╭─ Source information

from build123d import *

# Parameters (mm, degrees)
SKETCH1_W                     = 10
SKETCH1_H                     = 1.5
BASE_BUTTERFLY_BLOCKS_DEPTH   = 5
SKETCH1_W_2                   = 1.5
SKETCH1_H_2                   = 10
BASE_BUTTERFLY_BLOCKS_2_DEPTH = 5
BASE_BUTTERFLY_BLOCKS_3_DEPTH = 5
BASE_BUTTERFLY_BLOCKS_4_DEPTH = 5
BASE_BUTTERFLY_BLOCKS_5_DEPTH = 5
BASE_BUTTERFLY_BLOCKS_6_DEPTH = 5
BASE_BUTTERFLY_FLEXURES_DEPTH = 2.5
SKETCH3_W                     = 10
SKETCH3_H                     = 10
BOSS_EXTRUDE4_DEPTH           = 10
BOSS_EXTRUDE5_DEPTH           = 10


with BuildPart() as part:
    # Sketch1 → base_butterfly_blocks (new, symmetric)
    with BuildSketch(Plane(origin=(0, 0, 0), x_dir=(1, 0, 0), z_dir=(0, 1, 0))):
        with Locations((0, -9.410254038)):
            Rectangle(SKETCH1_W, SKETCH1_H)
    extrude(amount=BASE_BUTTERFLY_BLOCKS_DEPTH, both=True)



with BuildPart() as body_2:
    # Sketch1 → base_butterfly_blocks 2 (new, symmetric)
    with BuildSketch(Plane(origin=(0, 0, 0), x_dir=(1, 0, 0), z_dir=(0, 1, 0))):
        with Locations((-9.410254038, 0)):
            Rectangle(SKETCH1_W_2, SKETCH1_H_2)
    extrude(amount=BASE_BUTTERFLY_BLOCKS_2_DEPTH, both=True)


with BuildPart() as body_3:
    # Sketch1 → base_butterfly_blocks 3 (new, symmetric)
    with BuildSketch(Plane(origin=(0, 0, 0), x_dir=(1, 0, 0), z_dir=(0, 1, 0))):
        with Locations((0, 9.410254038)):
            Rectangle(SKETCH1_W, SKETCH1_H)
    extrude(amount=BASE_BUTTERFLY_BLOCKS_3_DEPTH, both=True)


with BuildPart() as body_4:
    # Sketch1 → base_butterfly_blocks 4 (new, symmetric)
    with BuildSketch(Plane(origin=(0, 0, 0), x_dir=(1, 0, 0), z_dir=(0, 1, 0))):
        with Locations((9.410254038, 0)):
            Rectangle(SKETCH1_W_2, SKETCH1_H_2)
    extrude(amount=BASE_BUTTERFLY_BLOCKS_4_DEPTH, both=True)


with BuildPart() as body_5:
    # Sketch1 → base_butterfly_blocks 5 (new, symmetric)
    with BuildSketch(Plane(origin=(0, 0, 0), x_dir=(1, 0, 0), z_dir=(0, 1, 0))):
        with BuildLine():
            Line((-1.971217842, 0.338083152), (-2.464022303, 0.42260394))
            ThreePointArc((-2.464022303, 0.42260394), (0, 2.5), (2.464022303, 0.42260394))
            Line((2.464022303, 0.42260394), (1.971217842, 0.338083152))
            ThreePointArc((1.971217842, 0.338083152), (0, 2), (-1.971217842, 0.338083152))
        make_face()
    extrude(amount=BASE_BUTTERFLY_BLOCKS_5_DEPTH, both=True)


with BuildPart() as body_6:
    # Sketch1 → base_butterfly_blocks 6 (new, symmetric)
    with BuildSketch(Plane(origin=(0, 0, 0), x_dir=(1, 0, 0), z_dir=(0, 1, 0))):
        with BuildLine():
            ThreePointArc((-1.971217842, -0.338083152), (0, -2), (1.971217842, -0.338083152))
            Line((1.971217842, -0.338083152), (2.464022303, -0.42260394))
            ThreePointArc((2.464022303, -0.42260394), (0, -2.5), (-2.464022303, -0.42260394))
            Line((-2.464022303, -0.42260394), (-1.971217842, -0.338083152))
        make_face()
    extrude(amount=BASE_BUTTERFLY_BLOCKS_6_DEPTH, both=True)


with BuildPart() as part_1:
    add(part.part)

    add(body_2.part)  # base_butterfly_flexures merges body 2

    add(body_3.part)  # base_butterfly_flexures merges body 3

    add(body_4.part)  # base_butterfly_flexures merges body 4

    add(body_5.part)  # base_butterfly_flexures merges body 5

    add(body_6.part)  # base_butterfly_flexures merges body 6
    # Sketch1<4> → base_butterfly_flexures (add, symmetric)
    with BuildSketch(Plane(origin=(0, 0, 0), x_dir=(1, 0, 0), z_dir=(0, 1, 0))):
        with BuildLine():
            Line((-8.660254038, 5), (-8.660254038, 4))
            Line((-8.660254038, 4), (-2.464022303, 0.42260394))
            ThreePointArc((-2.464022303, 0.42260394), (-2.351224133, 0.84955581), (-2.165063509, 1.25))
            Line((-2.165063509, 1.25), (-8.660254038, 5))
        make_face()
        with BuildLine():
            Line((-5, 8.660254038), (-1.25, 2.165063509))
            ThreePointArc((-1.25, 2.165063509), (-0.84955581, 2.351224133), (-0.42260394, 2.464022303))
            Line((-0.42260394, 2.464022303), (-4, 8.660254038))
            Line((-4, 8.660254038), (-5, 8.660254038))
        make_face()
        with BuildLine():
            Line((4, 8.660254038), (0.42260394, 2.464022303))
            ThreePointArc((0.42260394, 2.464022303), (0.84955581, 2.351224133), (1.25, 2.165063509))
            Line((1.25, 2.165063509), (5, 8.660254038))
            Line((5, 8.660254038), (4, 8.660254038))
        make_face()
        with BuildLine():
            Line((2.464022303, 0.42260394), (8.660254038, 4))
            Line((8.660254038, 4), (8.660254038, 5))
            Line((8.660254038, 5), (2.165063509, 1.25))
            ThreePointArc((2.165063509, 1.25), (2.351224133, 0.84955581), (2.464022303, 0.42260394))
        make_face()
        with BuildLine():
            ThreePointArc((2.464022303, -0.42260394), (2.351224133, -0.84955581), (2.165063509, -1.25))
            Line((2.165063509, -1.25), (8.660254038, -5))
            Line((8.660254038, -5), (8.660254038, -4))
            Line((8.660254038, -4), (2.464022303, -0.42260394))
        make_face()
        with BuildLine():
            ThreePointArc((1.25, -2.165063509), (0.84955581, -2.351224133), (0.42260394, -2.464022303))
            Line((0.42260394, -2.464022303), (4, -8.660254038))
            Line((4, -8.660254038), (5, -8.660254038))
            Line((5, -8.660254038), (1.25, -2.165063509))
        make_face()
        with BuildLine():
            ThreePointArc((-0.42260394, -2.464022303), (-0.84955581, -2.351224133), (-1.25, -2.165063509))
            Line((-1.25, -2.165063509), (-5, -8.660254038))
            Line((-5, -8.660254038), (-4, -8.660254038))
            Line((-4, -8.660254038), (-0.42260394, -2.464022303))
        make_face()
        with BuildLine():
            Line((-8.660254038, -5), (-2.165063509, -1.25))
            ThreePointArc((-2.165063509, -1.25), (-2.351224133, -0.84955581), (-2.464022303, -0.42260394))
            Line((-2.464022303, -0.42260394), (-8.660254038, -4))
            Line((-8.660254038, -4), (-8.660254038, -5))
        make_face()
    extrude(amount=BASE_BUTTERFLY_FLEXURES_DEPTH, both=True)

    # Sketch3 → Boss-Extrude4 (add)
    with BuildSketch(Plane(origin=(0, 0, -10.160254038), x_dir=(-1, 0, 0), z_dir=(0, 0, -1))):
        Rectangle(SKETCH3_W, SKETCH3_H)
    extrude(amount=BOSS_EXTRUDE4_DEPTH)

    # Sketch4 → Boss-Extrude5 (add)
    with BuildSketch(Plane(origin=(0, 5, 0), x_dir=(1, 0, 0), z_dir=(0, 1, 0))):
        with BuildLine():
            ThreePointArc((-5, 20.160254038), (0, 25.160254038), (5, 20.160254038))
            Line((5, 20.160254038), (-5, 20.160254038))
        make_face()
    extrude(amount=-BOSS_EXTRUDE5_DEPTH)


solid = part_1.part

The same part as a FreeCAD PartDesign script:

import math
import FreeCAD as App
import Part
import Sketcher

V = App.Vector
Q = App.Units.Quantity

doc = App.newDocument("Part")
body = doc.addObject("PartDesign::Body", "Body")

sketch1 = body.newObject("Sketcher::SketchObject", "Sketch")
sketch1.AttachmentSupport = (doc.getObject("XZ_Plane"), [""])
sketch1.MapMode = "FlatFace"
sketch1.addGeometry([
    Part.LineSegment(V(-5, 8.660254, 0), V(-5, 10.160254, 0)),
    Part.LineSegment(V(-5, 10.160254, 0), V(5, 10.160254, 0)),
    Part.LineSegment(V(5, 10.160254, 0), V(5, 8.660254, 0)),
    Part.LineSegment(V(5, 8.660254, 0), V(-5, 8.660254, 0)),
], False)
sketch1.addConstraint([
    Sketcher.Constraint("Coincident", 0, 2, 1, 1),
    Sketcher.Constraint("Coincident", 1, 2, 2, 1),
    Sketcher.Constraint("Coincident", 2, 2, 3, 1),
    Sketcher.Constraint("Coincident", 3, 2, 0, 1),
    Sketcher.Constraint("Vertical", 0),
    Sketcher.Constraint("Horizontal", 1),
    Sketcher.Constraint("Vertical", 2),
    Sketcher.Constraint("Horizontal", 3),
    Sketcher.Constraint("DistanceX", 1, 1, 1, 2, 10.0),
    Sketcher.Constraint("DistanceY", 0, 1, 0, 2, 1.5),
    Sketcher.Constraint("DistanceX", 0, 2, -1, 1, 5.0),
    Sketcher.Constraint("DistanceY", -1, 1, 0, 2, 10.160254),
])
pad1 = body.newObject("PartDesign::Pad", "Pad")
pad1.Profile = sketch1
pad1.Length = 10
pad1.Midplane = True
body2 = doc.addObject("PartDesign::Body", "Body001")

sketch2 = body2.newObject("Sketcher::SketchObject", "Sketch001")
sketch2.AttachmentSupport = (doc.getObject("XZ_Plane001"), [""])
sketch2.MapMode = "FlatFace"
sketch2.addGeometry([
    Part.LineSegment(V(-10.160254, -5, 0), V(-10.160254, 5, 0)),
    Part.LineSegment(V(-10.160254, 5, 0), V(-8.660254, 5, 0)),
    Part.LineSegment(V(-8.660254, 5, 0), V(-8.660254, -5, 0)),
    Part.LineSegment(V(-8.660254, -5, 0), V(-10.160254, -5, 0)),
], False)
sketch2.addConstraint([
    Sketcher.Constraint("Coincident", 0, 2, 1, 1),
    Sketcher.Constraint("Coincident", 1, 2, 2, 1),
    Sketcher.Constraint("Coincident", 2, 2, 3, 1),
    Sketcher.Constraint("Coincident", 3, 2, 0, 1),
    Sketcher.Constraint("Vertical", 0),
    Sketcher.Constraint("Horizontal", 1),
    Sketcher.Constraint("Vertical", 2),
    Sketcher.Constraint("Horizontal", 3),
    Sketcher.Constraint("DistanceY", 0, 1, 0, 2, 10.0),
    Sketcher.Constraint("DistanceX", 1, 1, 1, 2, 1.5),
    Sketcher.Constraint("DistanceY", -1, 1, 0, 2, 5.0),
    Sketcher.Constraint("DistanceX", 0, 2, -1, 1, 10.160254),
])
pad2 = body2.newObject("PartDesign::Pad", "Pad001")
pad2.Profile = sketch2
pad2.Length = 10
pad2.Midplane = True
body3 = doc.addObject("PartDesign::Body", "Body002")

sketch3 = body3.newObject("Sketcher::SketchObject", "Sketch002")
sketch3.AttachmentSupport = (doc.getObject("XZ_Plane002"), [""])
sketch3.MapMode = "FlatFace"
sketch3.addGeometry([
    Part.LineSegment(V(-5, -10.160254, 0), V(-5, -8.660254, 0)),
    Part.LineSegment(V(-5, -8.660254, 0), V(5, -8.660254, 0)),
    Part.LineSegment(V(5, -8.660254, 0), V(5, -10.160254, 0)),
    Part.LineSegment(V(5, -10.160254, 0), V(-5, -10.160254, 0)),
], False)
sketch3.addConstraint([
    Sketcher.Constraint("Coincident", 0, 2, 1, 1),
    Sketcher.Constraint("Coincident", 1, 2, 2, 1),
    Sketcher.Constraint("Coincident", 2, 2, 3, 1),
    Sketcher.Constraint("Coincident", 3, 2, 0, 1),
    Sketcher.Constraint("Vertical", 0),
    Sketcher.Constraint("Horizontal", 1),
    Sketcher.Constraint("Vertical", 2),
    Sketcher.Constraint("Horizontal", 3),
    Sketcher.Constraint("DistanceX", 1, 1, 1, 2, 10.0),
    Sketcher.Constraint("DistanceY", 0, 1, 0, 2, 1.5),
    Sketcher.Constraint("DistanceX", 0, 2, -1, 1, 5.0),
    Sketcher.Constraint("DistanceY", 0, 2, -1, 1, 8.660254),
])
pad3 = body3.newObject("PartDesign::Pad", "Pad002")
pad3.Profile = sketch3
pad3.Length = 10
pad3.Midplane = True
body4 = doc.addObject("PartDesign::Body", "Body003")

sketch4 = body4.newObject("Sketcher::SketchObject", "Sketch003")
sketch4.AttachmentSupport = (doc.getObject("XZ_Plane003"), [""])
sketch4.MapMode = "FlatFace"
sketch4.addGeometry([
    Part.LineSegment(V(8.660254, -5, 0), V(8.660254, 5, 0)),
    Part.LineSegment(V(8.660254, 5, 0), V(10.160254, 5, 0)),
    Part.LineSegment(V(10.160254, 5, 0), V(10.160254, -5, 0)),
    Part.LineSegment(V(10.160254, -5, 0), V(8.660254, -5, 0)),
], False)
sketch4.addConstraint([
    Sketcher.Constraint("Coincident", 0, 2, 1, 1),
    Sketcher.Constraint("Coincident", 1, 2, 2, 1),
    Sketcher.Constraint("Coincident", 2, 2, 3, 1),
    Sketcher.Constraint("Coincident", 3, 2, 0, 1),
    Sketcher.Constraint("Vertical", 0),
    Sketcher.Constraint("Horizontal", 1),
    Sketcher.Constraint("Vertical", 2),
    Sketcher.Constraint("Horizontal", 3),
    Sketcher.Constraint("DistanceY", 0, 1, 0, 2, 10.0),
    Sketcher.Constraint("DistanceX", 1, 1, 1, 2, 1.5),
    Sketcher.Constraint("DistanceY", -1, 1, 0, 2, 5.0),
    Sketcher.Constraint("DistanceX", -1, 1, 0, 2, 8.660254),
])
pad4 = body4.newObject("PartDesign::Pad", "Pad003")
pad4.Profile = sketch4
pad4.Length = 10
pad4.Midplane = True
body5 = doc.addObject("PartDesign::Body", "Body004")

sketch5 = body5.newObject("Sketcher::SketchObject", "Sketch004")
sketch5.AttachmentSupport = (doc.getObject("XZ_Plane004"), [""])
sketch5.MapMode = "FlatFace"
sketch5.addGeometry([
    Part.LineSegment(V(-2.464022, -0.422604, 0), V(-1.971218, -0.338083, 0)),
    Part.ArcOfCircle(Part.Circle(V(0, 0, 0), V(0, 0, 1), 2), math.radians(-170.267901), math.radians(-9.732099)),
    Part.LineSegment(V(1.971218, -0.338083, 0), V(2.464022, -0.422604, 0)),
    Part.ArcOfCircle(Part.Circle(V(0, 0, 0), V(0, 0, 1), 2.5), math.radians(-170.267901), math.radians(-9.732099)),
], False)
sketch5.addConstraint([
    Sketcher.Constraint("Coincident", 0, 2, 1, 1),
    Sketcher.Constraint("Coincident", 1, 2, 2, 1),
    Sketcher.Constraint("Coincident", 2, 2, 3, 2),
    Sketcher.Constraint("Coincident", 3, 1, 0, 1),
    Sketcher.Constraint("Coincident", 1, 3, -1, 1),
    Sketcher.Constraint("Coincident", 3, 3, -1, 1),
    Sketcher.Constraint("Horizontal", 0, 2, 1, 2),
    Sketcher.Constraint("Horizontal", 2, 2, 3, 1),
    Sketcher.Constraint("Radius", 1, 2.0),
    Sketcher.Constraint("Radius", 3, 2.5),
    Sketcher.Constraint("DistanceY", 2, 2, 1, 2, 0.084521),
    Sketcher.Constraint("DistanceX", 0, 2, 2, 2, 4.43524),
])
pad5 = body5.newObject("PartDesign::Pad", "Pad004")
pad5.Profile = sketch5
pad5.Length = 10
pad5.Midplane = True
body6 = doc.addObject("PartDesign::Body", "Body005")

╰─

#### [Exercise instructions]
Give again exactly, and only, the lines above starting at the one with "Line((1.25, 2.165063509), (5, 8.660254038))" and ending at the one with "Line((5, -8.660254038), (1.25, -2.165063509))".

#### [Answer space]
            Line((1.25, 2.165063509), (5, 8.660254038))
            Line((5, 8.660254038), (4, 8.660254038))
        make_face()
        with BuildLine():
            Line((2.464022303, 0.42260394), (8.660254038, 4))
            Line((8.660254038, 4), (8.660254038, 5))
            Line((8.660254038, 5), (2.165063509, 1.25))
            ThreePointArc((2.165063509, 1.25), (2.351224133, 0.84955581), (2.464022303, 0.42260394))
        make_face()
        with BuildLine():
            ThreePointArc((2.464022303, -0.42260394), (2.351224133, -0.84955581), (2.165063509, -1.25))
            Line((2.165063509, -1.25), (8.660254038, -5))
            Line((8.660254038, -5), (8.660254038, -4))
            Line((8.660254038, -4), (2.464022303, -0.42260394))
        make_face()
        with BuildLine():
            ThreePointArc((1.25, -2.165063509), (0.84955581, -2.351224133), (0.42260394, -2.464022303))
            Line((0.42260394, -2.464022303), (4, -8.660254038))
            Line((4, -8.660254038), (5, -8.660254038))
            Line((5, -8.660254038), (1.25, -2.165063509))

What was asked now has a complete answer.